1 Будь здоров, прощай (лат.).

Вот как напутствовал его бравый педагог, под началом которого я впоследствии еще учительствовал в гимназии. Адриан с улыбкой рассказал мне об этом отпущении с миром во время одной из очередных наших прогулок по полям и лесам в окрестностях фольварка Бюхель. Ибо там, по окончании гимназического курса, он в течение нескольких недель наслаждался полной свободой, меня же добрые его родители пригласили составить ему компанию. Я отлично помню разговор, который мы вели на ходу о предостережении Штойентина, и прежде всего о необычном речевом обороте — «прирожденные заслуги», к которому он прибег, уже пожимая на прощанье руку бывшего ученика.

Адриан заметил, что этот оборот он позаимствовал у Гёте, часто и охотно говорившего о «прирожденных заслугах»; зачеркивая этим парадоксальным словосочетанием моральный характер слова «заслуги», он, напротив, естественно врожденное возвышал до внеморальной аристократической заслуги. Потому-то на требование скромности, всегда исходящее от убогих по природе людей, Гёте отвечал: «Только негодники скромны!» Но директор Штойентин употребил слово Гёте скорее в духе Шиллера, для которого всего дороже была свобода, почему он и усматривал моральное различие между талантом и личной заслугой и, в то время как для Гёте заслуга и счастье были нераздельны, резко разделял их. Вот так же и директор — природу он назвал богом, а врожденный талант определил как заслугу, то есть милость божию, которую нам надлежит приять со смирением.

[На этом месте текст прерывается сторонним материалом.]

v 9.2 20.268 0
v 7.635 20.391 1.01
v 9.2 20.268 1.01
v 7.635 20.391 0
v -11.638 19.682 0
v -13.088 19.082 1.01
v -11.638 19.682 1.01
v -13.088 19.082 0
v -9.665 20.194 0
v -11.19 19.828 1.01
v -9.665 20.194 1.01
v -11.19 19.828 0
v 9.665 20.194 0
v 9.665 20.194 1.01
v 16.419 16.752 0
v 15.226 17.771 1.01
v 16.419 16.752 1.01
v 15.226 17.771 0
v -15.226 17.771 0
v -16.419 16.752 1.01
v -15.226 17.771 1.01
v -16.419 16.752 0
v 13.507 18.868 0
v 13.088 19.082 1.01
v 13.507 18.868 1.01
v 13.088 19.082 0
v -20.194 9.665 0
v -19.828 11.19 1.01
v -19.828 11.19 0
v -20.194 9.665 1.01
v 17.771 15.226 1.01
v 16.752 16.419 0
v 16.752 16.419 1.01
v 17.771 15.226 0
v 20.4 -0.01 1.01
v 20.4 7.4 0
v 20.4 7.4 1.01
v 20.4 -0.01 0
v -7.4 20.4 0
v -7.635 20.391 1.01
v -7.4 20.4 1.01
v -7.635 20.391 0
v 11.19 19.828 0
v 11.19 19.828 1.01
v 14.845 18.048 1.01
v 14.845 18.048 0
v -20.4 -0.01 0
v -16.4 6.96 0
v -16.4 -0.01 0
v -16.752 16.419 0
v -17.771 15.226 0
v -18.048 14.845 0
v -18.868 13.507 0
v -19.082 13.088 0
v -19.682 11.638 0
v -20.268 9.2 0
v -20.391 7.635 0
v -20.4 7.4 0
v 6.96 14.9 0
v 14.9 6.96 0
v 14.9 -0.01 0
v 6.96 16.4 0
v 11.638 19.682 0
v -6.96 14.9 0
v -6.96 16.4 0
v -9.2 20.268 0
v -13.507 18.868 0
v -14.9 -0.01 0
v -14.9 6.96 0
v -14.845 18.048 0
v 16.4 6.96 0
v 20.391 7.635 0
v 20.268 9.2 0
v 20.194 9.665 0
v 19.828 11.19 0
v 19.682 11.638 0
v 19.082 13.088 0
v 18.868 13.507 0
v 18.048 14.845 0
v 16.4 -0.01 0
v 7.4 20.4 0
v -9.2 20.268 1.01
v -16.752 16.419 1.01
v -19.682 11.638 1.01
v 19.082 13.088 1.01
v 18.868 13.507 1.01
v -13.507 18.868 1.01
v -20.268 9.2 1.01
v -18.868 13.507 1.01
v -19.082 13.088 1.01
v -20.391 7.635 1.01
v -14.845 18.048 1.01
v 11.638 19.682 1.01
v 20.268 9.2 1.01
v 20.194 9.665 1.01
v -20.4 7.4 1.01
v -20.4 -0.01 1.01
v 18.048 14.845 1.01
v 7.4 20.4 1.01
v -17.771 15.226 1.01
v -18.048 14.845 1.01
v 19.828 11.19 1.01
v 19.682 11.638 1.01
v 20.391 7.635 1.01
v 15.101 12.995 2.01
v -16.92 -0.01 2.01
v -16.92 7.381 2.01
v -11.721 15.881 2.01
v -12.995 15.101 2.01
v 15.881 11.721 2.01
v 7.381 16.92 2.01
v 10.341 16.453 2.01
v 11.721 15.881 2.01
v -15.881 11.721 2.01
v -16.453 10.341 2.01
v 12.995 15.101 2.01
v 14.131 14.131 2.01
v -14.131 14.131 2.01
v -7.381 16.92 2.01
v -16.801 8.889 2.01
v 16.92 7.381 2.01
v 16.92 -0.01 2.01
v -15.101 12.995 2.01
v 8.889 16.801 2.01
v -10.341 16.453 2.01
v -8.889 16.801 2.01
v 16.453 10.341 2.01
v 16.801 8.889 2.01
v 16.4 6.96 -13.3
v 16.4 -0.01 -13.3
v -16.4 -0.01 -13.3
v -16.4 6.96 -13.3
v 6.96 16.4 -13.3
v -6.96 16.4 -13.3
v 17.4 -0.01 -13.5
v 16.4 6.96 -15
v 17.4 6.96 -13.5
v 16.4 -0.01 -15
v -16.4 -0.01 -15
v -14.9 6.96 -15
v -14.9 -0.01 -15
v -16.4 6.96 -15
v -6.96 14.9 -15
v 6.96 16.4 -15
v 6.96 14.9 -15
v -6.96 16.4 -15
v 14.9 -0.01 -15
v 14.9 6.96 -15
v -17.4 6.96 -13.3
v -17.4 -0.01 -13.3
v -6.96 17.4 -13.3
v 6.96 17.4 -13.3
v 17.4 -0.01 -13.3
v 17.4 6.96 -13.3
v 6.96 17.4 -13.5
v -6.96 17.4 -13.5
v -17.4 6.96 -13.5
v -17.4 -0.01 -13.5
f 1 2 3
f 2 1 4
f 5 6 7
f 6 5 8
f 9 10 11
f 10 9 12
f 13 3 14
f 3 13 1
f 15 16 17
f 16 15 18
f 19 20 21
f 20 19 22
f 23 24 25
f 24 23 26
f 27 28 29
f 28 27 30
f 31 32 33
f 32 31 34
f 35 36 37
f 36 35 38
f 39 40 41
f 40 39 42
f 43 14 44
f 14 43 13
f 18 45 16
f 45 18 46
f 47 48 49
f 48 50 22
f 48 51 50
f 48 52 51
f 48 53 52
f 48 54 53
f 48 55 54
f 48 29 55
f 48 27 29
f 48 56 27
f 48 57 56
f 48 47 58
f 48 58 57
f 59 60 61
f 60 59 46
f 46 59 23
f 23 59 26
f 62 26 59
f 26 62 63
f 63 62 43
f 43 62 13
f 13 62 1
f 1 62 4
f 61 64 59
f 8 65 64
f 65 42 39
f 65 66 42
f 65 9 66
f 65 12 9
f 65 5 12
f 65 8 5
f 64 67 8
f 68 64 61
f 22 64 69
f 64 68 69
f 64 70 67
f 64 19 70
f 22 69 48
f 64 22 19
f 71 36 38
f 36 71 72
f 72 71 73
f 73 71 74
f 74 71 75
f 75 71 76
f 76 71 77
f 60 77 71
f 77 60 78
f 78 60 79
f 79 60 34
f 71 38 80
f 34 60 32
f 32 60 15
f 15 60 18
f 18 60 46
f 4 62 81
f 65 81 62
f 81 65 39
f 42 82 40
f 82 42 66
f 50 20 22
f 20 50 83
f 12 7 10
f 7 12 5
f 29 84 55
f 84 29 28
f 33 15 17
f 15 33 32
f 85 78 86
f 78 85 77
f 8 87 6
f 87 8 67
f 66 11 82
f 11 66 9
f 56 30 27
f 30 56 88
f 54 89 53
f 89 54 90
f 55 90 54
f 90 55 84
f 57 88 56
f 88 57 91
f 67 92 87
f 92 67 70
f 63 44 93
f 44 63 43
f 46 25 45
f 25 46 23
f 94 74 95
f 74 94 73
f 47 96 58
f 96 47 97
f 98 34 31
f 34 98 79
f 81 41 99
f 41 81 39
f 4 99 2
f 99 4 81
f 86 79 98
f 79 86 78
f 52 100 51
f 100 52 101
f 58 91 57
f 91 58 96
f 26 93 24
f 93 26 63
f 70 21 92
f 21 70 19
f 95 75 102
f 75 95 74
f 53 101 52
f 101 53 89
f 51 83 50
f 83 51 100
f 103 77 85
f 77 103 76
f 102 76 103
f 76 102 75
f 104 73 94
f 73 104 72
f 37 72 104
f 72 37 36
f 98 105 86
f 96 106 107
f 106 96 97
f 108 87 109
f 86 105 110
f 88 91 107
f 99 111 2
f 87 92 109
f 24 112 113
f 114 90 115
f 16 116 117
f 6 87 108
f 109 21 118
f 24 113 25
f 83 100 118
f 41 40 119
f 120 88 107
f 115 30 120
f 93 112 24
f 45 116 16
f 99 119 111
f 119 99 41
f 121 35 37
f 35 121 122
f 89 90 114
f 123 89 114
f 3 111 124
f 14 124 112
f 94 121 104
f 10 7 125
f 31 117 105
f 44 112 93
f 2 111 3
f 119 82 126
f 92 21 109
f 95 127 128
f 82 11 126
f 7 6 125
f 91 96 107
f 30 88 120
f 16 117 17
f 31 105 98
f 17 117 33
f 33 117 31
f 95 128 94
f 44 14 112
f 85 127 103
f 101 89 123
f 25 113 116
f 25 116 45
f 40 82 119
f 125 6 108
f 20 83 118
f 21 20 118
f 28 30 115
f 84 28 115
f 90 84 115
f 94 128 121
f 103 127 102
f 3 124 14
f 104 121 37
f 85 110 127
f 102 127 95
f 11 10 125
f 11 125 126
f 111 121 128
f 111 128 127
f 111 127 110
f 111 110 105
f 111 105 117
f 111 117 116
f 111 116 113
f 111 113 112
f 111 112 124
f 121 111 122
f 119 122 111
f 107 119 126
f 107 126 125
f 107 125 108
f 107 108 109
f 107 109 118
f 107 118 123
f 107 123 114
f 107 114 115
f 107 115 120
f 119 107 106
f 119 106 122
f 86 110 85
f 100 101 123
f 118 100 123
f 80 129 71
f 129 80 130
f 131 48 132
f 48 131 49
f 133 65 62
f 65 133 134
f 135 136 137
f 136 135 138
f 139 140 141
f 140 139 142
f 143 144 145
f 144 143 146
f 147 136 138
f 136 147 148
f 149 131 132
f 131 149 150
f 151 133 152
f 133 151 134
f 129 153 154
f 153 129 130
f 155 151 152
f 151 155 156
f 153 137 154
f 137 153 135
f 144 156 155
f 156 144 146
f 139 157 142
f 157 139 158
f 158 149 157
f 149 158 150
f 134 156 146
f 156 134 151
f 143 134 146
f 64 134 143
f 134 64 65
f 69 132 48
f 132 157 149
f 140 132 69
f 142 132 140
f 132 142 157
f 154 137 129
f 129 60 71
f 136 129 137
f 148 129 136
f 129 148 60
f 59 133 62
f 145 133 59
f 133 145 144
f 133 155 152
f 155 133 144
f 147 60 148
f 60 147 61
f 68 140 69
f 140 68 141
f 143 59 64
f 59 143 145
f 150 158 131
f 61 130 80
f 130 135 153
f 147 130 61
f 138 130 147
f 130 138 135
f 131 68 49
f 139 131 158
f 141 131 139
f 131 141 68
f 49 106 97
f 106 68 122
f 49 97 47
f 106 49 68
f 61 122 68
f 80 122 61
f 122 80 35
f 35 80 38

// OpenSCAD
/*----------------------------------------------------------------------------*/
/* Cap Generator
/* by Ziv Botzer
/*----------------------------------------------------------------------------*/

// Turn on for validation during preview, TURN OFF FOR PRODUCTION
show_slice = "On"; // [On, Off]

// Hole shape
hole_shape = "Square"; // [Round, Square, Rectangle]

// HOLE Dimension 1 (if circular = diameter)
hole_dimension1 = 34.8; // [10:0.1:150]

// HOLE Dimension 2 (only for rectangle shape)
hole_dimension2 = 50; // [10:0.1:150]

// HOLE Corner Radius (for square/rectangle shapes)
hole_radius = 10; // [0:0.1:20]

// HOLE Depth (e.g. for a table, thickness of the board)
hole_depth = 20; // [2:0.1:100]


// PLUG: plug length
plug_length = 15; // [2:0.1:100]

// PLUG: plug clearance inside hole
plug_clearance = 1; // [0:0.1:5]

// PLUG: plug material thickness
plug_thickness = 1.5; // [0.5:0.1:5]

// PLUG: Choose if you like snaps or fins
features = "Snaps"; // [Snaps, Fins, None]

// PLUG: Snaps/Fins protrusion of teeth (mm)
feature_length = 1.0; // [0.1:0.1:6]

// PLUG: Snaps/Fins height of teeth (mm)
feature_height = 1.5; // [0.1:0.1:6]

// PLUG FINS: Number of fins
fin_number = 3; // [1:1:6]

// PLUG SNAPS: Determines gaps size between snaps
snap_width_factor = 0.5; // [0.1:0.1:1]


// COVER: thickness (mm)
cover_thickness = 2; // [0.5:0.1:15]

// COVER: Overlap around hole
cover_offset = 3; // [0:0.1:30]

// COVER: Edge design
cover_edge = "Chamfer"; // [Chamfer, Round]

// COVER: Edge design ratio 1 (relative size of chamfer/fillet)
cover_edge_ratioV = 0.5; // [0:0.1:1]

// COVER: Edge design ratio 2 (relative size of chamfer/fillet)
cover_edge_ratioH = 0.1; // [0:0.1:1]

// QUALITY: number of polygon facets
$fn = 40;

// QUALITY: steps in fillet cover design 
fillet_steps = 6; // [4:1:15]


/* [Hidden] */
clearance = 0.01;
show_slice_ = (show_slice=="On");
snaps = features == "Snaps";
fins = features == "Fins";

/* testing area
hole_shape = "Rectangle"; // [Round, Square, Rectangle]
snap_width_factor = .5; // [0.1:0.1:1]
show_slice = "Off"; // [On, Off]
features = "Fins"; // [Snaps, Fins, None]
fin_number = 3; // [1:1:6]
hole_radius = 1; // [0:0.1:20]
*/

/*****************************************/
// Show hole

larger_dim = ((hole_shape=="Rectangle")?max(hole_dimension1, hole_dimension2) : hole_dimension1) + cover_offset;
smaller_dim = (hole_shape=="Rectangle")?min(hole_dimension1, hole_dimension2) : hole_dimension1;
largest_depth = max(hole_depth, plug_length)+cover_thickness+1;

// can't have corner radius exceed half the facet length
hole_radius_safe = (hole_radius > smaller_dim/2) ? (smaller_dim/2 - clearance) : hole_radius;

// Illustrate the piece needing a cover
if (show_slice_)
%difference() {
    translate([0,0,-hole_depth/2])
    cube([larger_dim*1.5,larger_dim*1.5,hole_depth],center=true);
    
    translate([0,0,-(hole_depth+clearance)])
    linear_extrude(hole_depth+4*clearance)
    gen_hole_shape(hole_dimension1, hole_dimension2, hole_radius_safe);

    if (show_slice_)
        translate([0,-larger_dim/2, -(largest_depth/2-clearance)])
        cube([larger_dim*2.2, larger_dim*1, largest_depth+clearance*4], center=true);
}

// Generate the cap
difference() {
    generate_cap();
    
    color("Red")
    if (show_slice_)
        translate([0,-larger_dim/2-0.01, -(largest_depth/2)])
        cube([larger_dim*1.8, larger_dim*1, largest_depth*2], center=true);
}




//********************** FUNCTIONS *****************************

module generate_cap () {
    
    union() {
        // Generate cover with corner design
        if (cover_edge == "Chamfer") {
            linear_extrude((1-cover_edge_ratioV)*cover_thickness + clearance, convexity = 4)
            offset(r=cover_offset)
                gen_hole_shape(hole_dimension1, hole_dimension2, hole_radius_safe);
            
            hull() {
                translate([0,0,(1-cover_edge_ratioV)*cover_thickness])
                for (i = [0,1]) {
                    translate([0,0,i*cover_edge_ratioV*cover_thickness])
                    linear_extrude(0.01)
                    offset(r=cover_offset-i*cover_edge_ratioH*smaller_dim)
                    gen_hole_shape(hole_dimension1, hole_dimension2, hole_radius_safe);
                }
            }
            
         
        }
        else if (cover_edge == "Round") {
            linear_extrude((1-cover_edge_ratioV)*cover_thickness + clearance, convexity = 4)
            offset(r=cover_offset)
                gen_hole_shape(hole_dimension1, hole_dimension2, hole_radius_safe);
            
            hull() {
                translate([0,0,(1-cover_edge_ratioV)*cover_thickness])
                for (i = [0:1/fillet_steps:1]) {
                    translate([0,0, sin(i*90)*cover_edge_ratioV*cover_thickness])
                    linear_extrude(0.01)
                    offset(r=cover_offset - (1-cos(i*90))*cover_edge_ratioH*smaller_dim)
                    gen_hole_shape(hole_dimension1, hole_dimension2, hole_radius_safe);
                }
            }
        }
        
        // Generate plug
        difference() {
            
            union() {
                translate([0,0,-(plug_length) + clearance])
                linear_extrude(plug_length+clearance, convexity = 4)
                offset(r=-plug_clearance)
                gen_hole_shape(hole_dimension1, hole_dimension2, hole_radius_safe);

                
                // Generate plug fins
                //translate([0,0,-(hole_depth) + clearance])
                if (fins) {
                    d = plug_length/(fin_number+1);
                    for (i = [1:fin_number]) {
                        translate([0,0,-(d*i + 0.3*d)])
                        hull() {
                            linear_extrude(0.01)
                            offset(r=-plug_clearance)
                            gen_hole_shape(hole_dimension1, hole_dimension2, hole_radius_safe);
                            
                            translate([0,0,feature_height])
                            linear_extrude(0.2)
                            offset(r=feature_length-plug_clearance)
                            gen_hole_shape(hole_dimension1, hole_dimension2, hole_radius_safe);
                        }
                    }
                }
                
                if (snaps) {
                    translate([0,0,-plug_length])
                    hull() {
                        linear_extrude(0.01)
                        offset(r=-plug_clearance)
                        gen_hole_shape(hole_dimension1, hole_dimension2, hole_radius_safe);
                        
                        translate([0,0,feature_height])
                        linear_extrude(0.2)
                        offset(r=feature_length-plug_clearance)
                        gen_hole_shape(hole_dimension1, hole_dimension2, hole_radius_safe);
                    }

                }
            }
            
            // remove inner volume of plug
            translate([0,0,-(plug_length) - clearance])
            linear_extrude(plug_length+2*clearance, convexity = 4)
            offset(r=-(plug_clearance+plug_thickness))
            gen_hole_shape(hole_dimension1, hole_dimension2, hole_radius_safe);
            
            // remove edge chamfer
            if (!snaps)
            translate([0,0,-(plug_length) ])
            difference() {
                linear_extrude(plug_thickness/2 + clearance )
                offset(r=-plug_clearance  + clearance)
                gen_hole_shape(hole_dimension1, hole_dimension2, hole_radius_safe);
            
                hull() {
                    linear_extrude(0.01)
                    offset(r=-plug_clearance -(plug_thickness/2)  + 2*clearance)
                    gen_hole_shape(hole_dimension1, hole_dimension2, hole_radius_safe);
                    
                    translate([0,0,plug_thickness/2 + 2*clearance ])
                    linear_extrude(0.01)
                    offset(r=-plug_clearance)
                    gen_hole_shape(hole_dimension1, hole_dimension2, hole_radius_safe);
                }
            }
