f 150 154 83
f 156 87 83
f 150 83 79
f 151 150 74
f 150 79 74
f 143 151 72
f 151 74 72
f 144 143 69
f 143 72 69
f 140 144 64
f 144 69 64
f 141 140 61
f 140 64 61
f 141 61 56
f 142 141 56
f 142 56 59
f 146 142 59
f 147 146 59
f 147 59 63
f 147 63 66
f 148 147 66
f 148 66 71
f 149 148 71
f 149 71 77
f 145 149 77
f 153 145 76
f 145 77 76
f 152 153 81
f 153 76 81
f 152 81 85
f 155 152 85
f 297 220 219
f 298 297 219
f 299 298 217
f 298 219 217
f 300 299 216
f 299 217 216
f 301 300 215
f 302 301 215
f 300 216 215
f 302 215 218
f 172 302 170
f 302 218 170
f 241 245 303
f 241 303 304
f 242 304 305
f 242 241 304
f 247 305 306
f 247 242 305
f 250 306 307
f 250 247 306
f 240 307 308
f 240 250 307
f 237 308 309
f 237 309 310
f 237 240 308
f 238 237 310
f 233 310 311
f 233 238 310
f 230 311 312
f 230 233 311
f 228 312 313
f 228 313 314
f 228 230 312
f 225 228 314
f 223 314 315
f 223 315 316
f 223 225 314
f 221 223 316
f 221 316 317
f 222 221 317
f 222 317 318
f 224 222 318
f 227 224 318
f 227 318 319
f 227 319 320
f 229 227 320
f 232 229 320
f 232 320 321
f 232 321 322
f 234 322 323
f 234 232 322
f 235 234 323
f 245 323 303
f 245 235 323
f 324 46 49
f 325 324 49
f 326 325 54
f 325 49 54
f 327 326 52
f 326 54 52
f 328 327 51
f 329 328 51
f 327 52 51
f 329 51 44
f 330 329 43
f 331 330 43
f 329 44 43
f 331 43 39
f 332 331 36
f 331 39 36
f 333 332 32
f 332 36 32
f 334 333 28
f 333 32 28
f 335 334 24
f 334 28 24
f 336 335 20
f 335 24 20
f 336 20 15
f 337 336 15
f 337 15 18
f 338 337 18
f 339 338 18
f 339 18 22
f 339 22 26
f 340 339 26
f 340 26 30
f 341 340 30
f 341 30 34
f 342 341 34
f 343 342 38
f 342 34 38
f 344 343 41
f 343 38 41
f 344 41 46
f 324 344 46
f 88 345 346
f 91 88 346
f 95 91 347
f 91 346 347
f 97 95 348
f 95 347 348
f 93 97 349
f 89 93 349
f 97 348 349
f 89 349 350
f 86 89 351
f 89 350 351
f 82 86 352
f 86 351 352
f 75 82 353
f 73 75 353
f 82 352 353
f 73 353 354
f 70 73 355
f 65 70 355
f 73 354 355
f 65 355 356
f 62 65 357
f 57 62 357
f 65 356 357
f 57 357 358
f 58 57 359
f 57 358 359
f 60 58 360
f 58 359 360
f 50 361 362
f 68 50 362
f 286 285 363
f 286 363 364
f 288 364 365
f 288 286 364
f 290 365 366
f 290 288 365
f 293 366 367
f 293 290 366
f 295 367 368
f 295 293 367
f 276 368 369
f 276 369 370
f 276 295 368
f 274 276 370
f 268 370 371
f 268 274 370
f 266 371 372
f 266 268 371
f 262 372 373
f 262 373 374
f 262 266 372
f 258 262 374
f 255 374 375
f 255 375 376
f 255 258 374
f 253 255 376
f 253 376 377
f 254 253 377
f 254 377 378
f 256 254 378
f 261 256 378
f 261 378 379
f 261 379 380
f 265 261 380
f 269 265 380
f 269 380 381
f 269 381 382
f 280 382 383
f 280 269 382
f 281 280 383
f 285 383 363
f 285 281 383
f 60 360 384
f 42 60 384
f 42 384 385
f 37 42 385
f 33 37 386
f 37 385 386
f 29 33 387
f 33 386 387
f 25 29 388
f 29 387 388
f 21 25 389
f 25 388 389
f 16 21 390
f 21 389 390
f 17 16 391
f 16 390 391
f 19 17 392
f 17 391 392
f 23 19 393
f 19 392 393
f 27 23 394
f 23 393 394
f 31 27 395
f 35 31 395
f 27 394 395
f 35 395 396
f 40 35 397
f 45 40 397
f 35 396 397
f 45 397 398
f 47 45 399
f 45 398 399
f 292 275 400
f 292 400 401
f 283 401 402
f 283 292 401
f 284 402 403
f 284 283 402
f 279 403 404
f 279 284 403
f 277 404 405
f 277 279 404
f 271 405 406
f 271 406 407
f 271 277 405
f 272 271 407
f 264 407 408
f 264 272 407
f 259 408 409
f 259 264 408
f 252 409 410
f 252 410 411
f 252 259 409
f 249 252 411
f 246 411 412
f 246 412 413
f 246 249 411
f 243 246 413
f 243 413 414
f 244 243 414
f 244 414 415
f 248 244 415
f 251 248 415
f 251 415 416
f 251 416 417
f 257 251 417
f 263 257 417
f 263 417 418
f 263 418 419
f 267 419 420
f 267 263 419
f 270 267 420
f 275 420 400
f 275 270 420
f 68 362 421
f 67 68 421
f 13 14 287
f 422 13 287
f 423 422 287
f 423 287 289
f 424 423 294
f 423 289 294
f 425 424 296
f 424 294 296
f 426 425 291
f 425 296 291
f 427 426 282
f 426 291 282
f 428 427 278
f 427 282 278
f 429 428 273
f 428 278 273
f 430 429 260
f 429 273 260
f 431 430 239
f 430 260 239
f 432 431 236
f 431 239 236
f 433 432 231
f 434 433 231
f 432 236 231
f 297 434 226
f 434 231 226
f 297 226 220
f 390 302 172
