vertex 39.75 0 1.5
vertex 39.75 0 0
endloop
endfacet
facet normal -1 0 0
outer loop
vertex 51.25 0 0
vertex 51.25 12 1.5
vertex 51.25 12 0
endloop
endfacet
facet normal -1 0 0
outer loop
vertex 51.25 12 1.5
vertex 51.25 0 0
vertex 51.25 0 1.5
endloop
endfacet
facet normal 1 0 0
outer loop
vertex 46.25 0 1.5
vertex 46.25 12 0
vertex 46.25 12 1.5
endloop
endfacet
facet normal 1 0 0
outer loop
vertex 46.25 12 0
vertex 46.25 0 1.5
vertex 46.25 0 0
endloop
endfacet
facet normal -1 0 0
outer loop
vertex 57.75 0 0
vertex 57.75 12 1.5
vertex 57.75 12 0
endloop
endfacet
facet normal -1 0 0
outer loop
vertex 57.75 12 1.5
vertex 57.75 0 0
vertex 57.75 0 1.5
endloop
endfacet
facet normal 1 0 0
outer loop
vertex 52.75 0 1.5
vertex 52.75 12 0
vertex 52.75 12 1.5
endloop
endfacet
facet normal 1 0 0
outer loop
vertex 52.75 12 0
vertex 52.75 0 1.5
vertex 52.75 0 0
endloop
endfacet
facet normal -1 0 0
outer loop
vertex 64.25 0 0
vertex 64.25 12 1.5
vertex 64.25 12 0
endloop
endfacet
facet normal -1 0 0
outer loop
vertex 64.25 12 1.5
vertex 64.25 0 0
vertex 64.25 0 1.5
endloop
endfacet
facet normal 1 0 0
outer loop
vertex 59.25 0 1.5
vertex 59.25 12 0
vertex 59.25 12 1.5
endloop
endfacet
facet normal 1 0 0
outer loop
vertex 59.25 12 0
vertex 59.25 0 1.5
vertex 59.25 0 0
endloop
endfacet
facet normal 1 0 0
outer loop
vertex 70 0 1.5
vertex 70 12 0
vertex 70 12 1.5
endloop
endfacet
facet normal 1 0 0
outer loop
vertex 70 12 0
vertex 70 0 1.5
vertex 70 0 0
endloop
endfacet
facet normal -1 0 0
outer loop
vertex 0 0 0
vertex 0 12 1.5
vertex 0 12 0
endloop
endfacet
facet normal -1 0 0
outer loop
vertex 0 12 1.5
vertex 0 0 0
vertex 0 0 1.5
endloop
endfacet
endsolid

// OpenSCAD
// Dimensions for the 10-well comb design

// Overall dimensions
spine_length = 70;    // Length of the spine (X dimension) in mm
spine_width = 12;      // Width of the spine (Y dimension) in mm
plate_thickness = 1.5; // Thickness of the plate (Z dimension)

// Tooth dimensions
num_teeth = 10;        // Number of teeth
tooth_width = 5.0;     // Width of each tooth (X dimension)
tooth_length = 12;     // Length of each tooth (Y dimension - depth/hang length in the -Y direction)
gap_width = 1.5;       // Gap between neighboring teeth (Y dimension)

— Немцам, — сказал новоиспеченный студент, держа травинку в зубах, — свойственно какое-то двухколейное и непозволительно комбинаторское мышление, вечно им подавай и то и это — словом, все. Они способны смело сочетать прямо противоположные принципы мышления и бытия в великих личностях. Но затем они все валят в одну кучу, понятие, отчеканенное одним, используют в духе другого, все перепутывают и полагают, что могут свести воедино свободу и аристократизм, идеализм и верность природе. А это ведь, пожалуй, невозможно.

— В них есть и то и другое, — возразил я, — иначе им бы не удалось породить тех двоих. Богатый народ…

— Путаный народ, — настойчиво повторил он, — и других сбивают с толку.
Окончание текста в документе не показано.